%%

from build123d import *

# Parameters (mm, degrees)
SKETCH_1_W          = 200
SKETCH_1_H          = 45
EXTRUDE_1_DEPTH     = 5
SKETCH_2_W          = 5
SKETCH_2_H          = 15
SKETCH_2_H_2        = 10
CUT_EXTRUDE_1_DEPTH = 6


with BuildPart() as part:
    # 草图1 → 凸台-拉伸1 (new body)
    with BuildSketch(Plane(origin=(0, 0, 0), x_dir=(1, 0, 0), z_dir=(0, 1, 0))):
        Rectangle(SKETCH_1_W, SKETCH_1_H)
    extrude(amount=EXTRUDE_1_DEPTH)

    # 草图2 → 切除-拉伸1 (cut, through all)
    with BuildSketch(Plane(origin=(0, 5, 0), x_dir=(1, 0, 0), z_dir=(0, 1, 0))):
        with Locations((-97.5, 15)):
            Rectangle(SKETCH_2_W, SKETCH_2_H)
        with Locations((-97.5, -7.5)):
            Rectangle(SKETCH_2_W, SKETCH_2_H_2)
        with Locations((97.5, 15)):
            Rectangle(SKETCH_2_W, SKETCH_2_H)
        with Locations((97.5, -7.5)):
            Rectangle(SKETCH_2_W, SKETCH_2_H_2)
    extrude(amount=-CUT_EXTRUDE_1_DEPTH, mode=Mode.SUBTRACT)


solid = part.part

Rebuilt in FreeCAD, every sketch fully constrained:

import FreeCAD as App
import Part
import Sketcher
from FreeCAD import Vector

doc = App.newDocument("Part")
body = doc.addObject("PartDesign::Body", "Body")

sketch1 = body.newObject("Sketcher::SketchObject", "Sketch")
sketch1.AttachmentSupport = (doc.getObject("XZ_Plane"), [""])
sketch1.MapMode = "FlatFace"
sketch1.addGeometry([
    Part.LineSegment(Vector(-100, -22, 0), Vector(-100, 22, 0)),
    Part.LineSegment(Vector(-100, 22, 0), Vector(100, 22, 0)),
    Part.LineSegment(Vector(100, 22, 0), Vector(100, -22, 0)),
    Part.LineSegment(Vector(100, -22, 0), Vector(-100, -22, 0)),
], False)
sketch1.addConstraint([
    Sketcher.Constraint("Coincident", 0, 2, 1, 1),
    Sketcher.Constraint("Coincident", 1, 2, 2, 1),
    Sketcher.Constraint("Coincident", 2, 2, 3, 1),
    Sketcher.Constraint("Coincident", 3, 2, 0, 1),
    Sketcher.Constraint("Vertical", 0),
    Sketcher.Constraint("Horizontal", 1),
    Sketcher.Constraint("Vertical", 2),
    Sketcher.Constraint("Horizontal", 3),
    Sketcher.Constraint("Symmetric", 0, 2, 2, 2, -1, 1),
    Sketcher.Constraint("DistanceX", 1, 1, 1, 2, 200.0),
    Sketcher.Constraint("DistanceY", 0, 1, 0, 2, 45.0),
])
pad1 = body.newObject("PartDesign::Pad", "Pad")
pad1.Profile = sketch1
pad1.Length = 5
pad1.Reversed = True

sketch2 = body.newObject("Sketcher::SketchObject", "Sketch001")
sketch2.AttachmentSupport = (doc.getObject("XZ_Plane"), [""])
sketch2.MapMode = "FlatFace"
sketch2.AttachmentOffset = App.Placement(Vector(0, 0, -5), App.Rotation())
sketch2.addGeometry([
    Part.LineSegment(Vector(-100, -22, 0), Vector(-100, -8, 0)),
    Part.LineSegment(Vector(-100, -8, 0), Vector(-95, -8, 0)),
    Part.LineSegment(Vector(-95, -8, 0), Vector(-95, -22, 0)),
    Part.LineSegment(Vector(-95, -22, 0), Vector(-100, -22, 0)),
    Part.LineSegment(Vector(-100, 2, 0), Vector(-100, 12, 0)),
    Part.LineSegment(Vector(-100, 12, 0), Vector(-95, 12, 0)),
    Part.LineSegment(Vector(-95, 12, 0), Vector(-95, 2, 0)),
    Part.LineSegment(Vector(-95, 2, 0), Vector(-100, 2, 0)),
    Part.LineSegment(Vector(95, -22, 0), Vector(95, -8, 0)),
    Part.LineSegment(Vector(95, -8, 0), Vector(100, -8, 0)),
    Part.LineSegment(Vector(100, -8, 0), Vector(100, -22, 0)),
    Part.LineSegment(Vector(100, -22, 0), Vector(95, -22, 0)),
    Part.LineSegment(Vector(95, 2, 0), Vector(95, 12, 0)),
    Part.LineSegment(Vector(95, 12, 0), Vector(100, 12, 0)),
    Part.LineSegment(Vector(100, 12, 0), Vector(100, 2, 0)),
    Part.LineSegment(Vector(100, 2, 0), Vector(95, 2, 0)),
], False)
sketch2.addConstraint([
    Sketcher.Constraint("Coincident", 0, 2, 1, 1),
    Sketcher.Constraint("Coincident", 1, 2, 2, 1),
    Sketcher.Constraint("Coincident", 2, 2, 3, 1),
    Sketcher.Constraint("Coincident", 3, 2, 0, 1),
    Sketcher.Constraint("Coincident", 4, 2, 5, 1),
    Sketcher.Constraint("Coincident", 5, 2, 6, 1),
    Sketcher.Constraint("Coincident", 6, 2, 7, 1),
    Sketcher.Constraint("Coincident", 7, 2, 4, 1),
    Sketcher.Constraint("Coincident", 8, 2, 9, 1),
    Sketcher.Constraint("Coincident", 9, 2, 10, 1),
    Sketcher.Constraint("Coincident", 10, 2, 11, 1),
    Sketcher.Constraint("Coincident", 11, 2, 8, 1),
    Sketcher.Constraint("Coincident", 12, 2, 13, 1),
    Sketcher.Constraint("Coincident", 13, 2, 14, 1),
    Sketcher.Constraint("Coincident", 14, 2, 15, 1),
    Sketcher.Constraint("Coincident", 15, 2, 12, 1),
    Sketcher.Constraint("Vertical", 0),
    Sketcher.Constraint("Horizontal", 1),
    Sketcher.Constraint("Vertical", 2),
    Sketcher.Constraint("Horizontal", 3),
    Sketcher.Constraint("Vertical", 4),
    Sketcher.Constraint("Horizontal", 5),
    Sketcher.Constraint("Vertical", 6),
    Sketcher.Constraint("Horizontal", 7),
    Sketcher.Constraint("Vertical", 8),
    Sketcher.Constraint("Horizontal", 9),
    Sketcher.Constraint("Vertical", 10),
    Sketcher.Constraint("Horizontal", 11),
    Sketcher.Constraint("Vertical", 12),
    Sketcher.Constraint("Horizontal", 13),
    Sketcher.Constraint("Vertical", 14),
    Sketcher.Constraint("Horizontal", 15),
    Sketcher.Constraint("Symmetric", 1, 2, 8, 2, -2),
    Sketcher.Constraint("Symmetric", 3, 2, 10, 2, -2),
    Sketcher.Constraint("Symmetric", 5, 2, 12, 2, -2),
    Sketcher.Constraint("Symmetric", 7, 2, 14, 2, -2),
    Sketcher.Constraint("Vertical", 3, 2, 4, 2),
    Sketcher.Constraint("Vertical", 2, 2, 5, 2),
    Sketcher.Constraint("DistanceX", 1, 1, 1, 2, 5.0),
    Sketcher.Constraint("DistanceY", 0, 1, 0, 2, 15.0),
    Sketcher.Constraint("DistanceY", 4, 1, 4, 2, 10.0),
    Sketcher.Constraint("DistanceX", 0, 2, -1, 1, 100.0),
    Sketcher.Constraint("DistanceY", 0, 2, 4, 2, 20.0),
    Sketcher.Constraint("DistanceY", 0, 2, -1, 1, 7.5),
])
pocket1 = body.newObject("PartDesign::Pocket", "Pocket")
pocket1.Profile = sketch2
pocket1.Type = "ThroughAll"
pocket1.Reversed = True

doc.recompute()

%%

Work instructions: Return the number of lines in the records holding the string "amount", without any other words.

Solution for this problem: 2